Overwriting steam\steam\pipelines.py


The parser itself:

In [3]:
%%writefile steam\steam\spiders\steam_spider.py
import scrapy
import requests
import re

from bs4 import BeautifulSoup
from lxml import etree
from steam.items import SteamItem

queries = ['shooter', 'racing', 'survival']  # quiries (what we are looking for)
API = ''  # API key for ScraperAPI (not needed)

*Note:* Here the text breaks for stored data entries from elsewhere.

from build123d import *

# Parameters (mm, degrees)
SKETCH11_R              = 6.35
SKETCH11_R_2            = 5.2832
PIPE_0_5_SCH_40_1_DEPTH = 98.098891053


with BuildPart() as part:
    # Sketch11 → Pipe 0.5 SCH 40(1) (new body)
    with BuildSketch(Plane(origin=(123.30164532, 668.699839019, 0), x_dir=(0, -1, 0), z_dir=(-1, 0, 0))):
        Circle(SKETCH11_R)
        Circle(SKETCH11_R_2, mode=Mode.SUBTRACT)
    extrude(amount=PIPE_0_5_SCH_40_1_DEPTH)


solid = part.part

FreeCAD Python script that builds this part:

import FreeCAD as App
import Part
import Sketcher
from FreeCAD import Vector
Q = App.Units.Quantity

doc = App.newDocument("Part")
body = doc.addObject("PartDesign::Body", "Body")

# Sketch on YZ plane
sketch1 = doc.addObject("Sketcher::SketchObject", "Sketch")
body.addObject(sketch1)
sketch1.AttachmentSupport = (doc.YZ_Plane, [""])
sketch1.MapMode = "FlatFace"
sketch1.AttachmentOffset = App.Placement(Vector(0, 0, 123.301645), App.Rotation())
sketch1.addGeometry([
    Part.Circle(Vector(669, 0, 0), Vector(0, 0, 1), 6),
    Part.Circle(Vector(669, 0, 0), Vector(0, 0, 1), 5),
], False)
sketch1.addConstraint([
    Sketcher.Constraint("Coincident", 1, 3, 0, 3),
    Sketcher.Constraint("PointOnObject", 0, 3, -1),
    Sketcher.Constraint("Diameter", 0, Q("0.5 in")),
    Sketcher.Constraint("Diameter", 1, Q("0.416 in")),
    Sketcher.Constraint("DistanceX", -1, 1, 0, 3, Q("668.699839 mm")),
])
pad1 = doc.addObject("PartDesign::Pad", "Pad")
body.addObject(pad1)
pad1.Profile = sketch1
pad1.Length = 98.098891
pad1.Reversed = True

doc.recompute()
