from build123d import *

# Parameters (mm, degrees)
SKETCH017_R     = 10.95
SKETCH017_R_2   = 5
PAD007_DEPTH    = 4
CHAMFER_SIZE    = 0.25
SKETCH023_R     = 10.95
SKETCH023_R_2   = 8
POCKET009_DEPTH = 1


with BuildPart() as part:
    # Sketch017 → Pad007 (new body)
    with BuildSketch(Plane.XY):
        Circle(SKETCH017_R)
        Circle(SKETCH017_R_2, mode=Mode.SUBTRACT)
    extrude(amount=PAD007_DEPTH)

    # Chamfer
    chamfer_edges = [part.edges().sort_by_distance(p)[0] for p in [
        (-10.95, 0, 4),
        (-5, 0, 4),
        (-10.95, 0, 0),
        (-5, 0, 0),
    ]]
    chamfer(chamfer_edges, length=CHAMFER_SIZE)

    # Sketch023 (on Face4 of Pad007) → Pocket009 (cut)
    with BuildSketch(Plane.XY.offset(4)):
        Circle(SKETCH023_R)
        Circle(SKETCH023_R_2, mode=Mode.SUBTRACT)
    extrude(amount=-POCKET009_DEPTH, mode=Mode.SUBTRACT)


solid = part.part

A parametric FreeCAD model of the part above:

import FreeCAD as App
import Part
import Sketcher

V = App.Vector
Q = App.Units.Quantity


def edges_at(feature, points):
    """Names of the edges that pass closest to the given points."""
    edges = feature.Shape.Edges
    near = lambda p: min(range(len(edges)), key=lambda i: edges[i].distToShape(Part.Vertex(*p))[0])
    return sorted({f"Edge{near(p) + 1}" for p in points})

doc = App.newDocument("Part")
body = doc.addObject("PartDesign::Body", "Body")

# Sketch on XY plane
sketch1 = body.newObject("Sketcher::SketchObject", "Sketch")
sketch1.AttachmentSupport = (doc.getObject("XY_Plane"), [""])
sketch1.MapMode = "FlatFace"
sketch1.addGeometry([
    Part.Circle(V(0, 0, 0), V(0, 0, 1), 11),
    Part.Circle(V(0, 0, 0), V(0, 0, 1), 5),
], False)
sketch1.addConstraint([
    Sketcher.Constraint("Coincident", 0, 3, -1, 1),
    Sketcher.Constraint("Coincident", 1, 3, -1, 1),
    Sketcher.Constraint("Diameter", 1, Q("10 mm")),
    Sketcher.Constraint("Diameter", 0, Q("21.9 mm")),
])
pad1 = body.newObject("PartDesign::Pad", "Pad")
pad1.Profile = sketch1
pad1.Length = 4
doc.recompute()

chamfer = body.newObject("PartDesign::Chamfer", "Chamfer")
chamfer.Base = (pad1, edges_at(pad1, [
    (-10.95, 0, 4),
    (-5, 0, 4),
    (-10.95, 0, 0),
    (-5, 0, 0),
]))
chamfer.Size = 0.25

# Sketch on XY plane
sketch2 = body.newObject("Sketcher::SketchObject", "Sketch001")
sketch2.AttachmentSupport = (doc.getObject("XY_Plane"), [""])
sketch2.MapMode = "FlatFace"
sketch2.AttachmentOffset = App.Placement(V(0, 0, 4), App.Rotation())
sketch2.addGeometry([
    Part.Circle(V(0, 0, 0), V(0, 0, 1), 11),
    Part.Circle(V(0, 0, 0), V(0, 0, 1), 8),
], False)
sketch2.addConstraint([
    Sketcher.Constraint("Coincident", 0, 3, -1, 1),
    Sketcher.Constraint("Coincident", 1, 3, -1, 1),
    Sketcher.Constraint("Diameter", 1, Q("16 mm")),
    Sketcher.Constraint("Diameter", 0, Q("21.9 mm")),
])
pocket1 = body.newObject("PartDesign::Pocket", "Pocket")
pocket1.Profile = sketch2
pocket1.Length = 1

doc.recompute()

def parse_links_on_games(url):
    """
    A function that searches for valid links to all games that there are
    as a result of the search query (usually there are 25 of them)
    :param url: str, a link to a search query of the format
        f'https://store.steampowered.com/search/?term={query}&ignore_preferences=1&page={page}'
    :return: list, links to all games that are in the result of the search query (usually there are 25 of them)
    """
    # read the page input
    r = requests.get(url)
    page = r.content.decode("utf-8")
    soup = BeautifulSoup(page, 'html.parser')

    # look for links to games
    # first take all the candidates for links
    all_games = soup.find('div', attrs={'id': 'search_resultsRows'})  # there's one element, all the games

    links = set()
    for game in all_games.find_all('a'):
        # run some tests
        if game.get('href') is not None:
            link = game.get('href')
            if link == '' or 'app' not in link or 'agecheck' in link:
                print('BAD', link)
                # if the link is broken or there's a captcha, skip it
                continue
            else:
                links.add(link)

    return list(links)


def make_start_urls(queries):
    """
    A function that searches for links to all games on the first two pages 
    of Steam search (without filters).
    :param queries: list[str], a list of natural language queries,
        that the user is interested in searching for
        e.g. ['shooter', 'racing', 'survival']
    :return: list[str], a list of links to games matching the search
        for the specified keywords
    """
    start_urls = []
    for query in queries:
        for page in range(1, 3):
            # link format:
            # https://store.steampowered.com/search/?term=shooter&ignore_preferences=1&page=1
            # term - request body
            # ignore_preferences - not to take into account any filters (geographical, linguistic)
            # page - page number (even if the default is infinite scrolling)
            url = f'https://store.steampowered.com/search/?term={query}&ignore_preferences=1&page={page}'
            print(url)
            # collect all references to games found in the query
            games_links = parse_links_on_games(url)
            # add to the overall list
            start_urls.extend(games_links)

    return start_urls


class SteamSpider(scrapy.Spider):
    name = 'Steam'
    allowed_domains = ['store.steampowered.com']

    def __init__(self):
        # search for starting links, i.e., those that match the specified query
        self.start_urls = make_start_urls(queries)
        self.log(f'Found {len(self.start_urls)} links')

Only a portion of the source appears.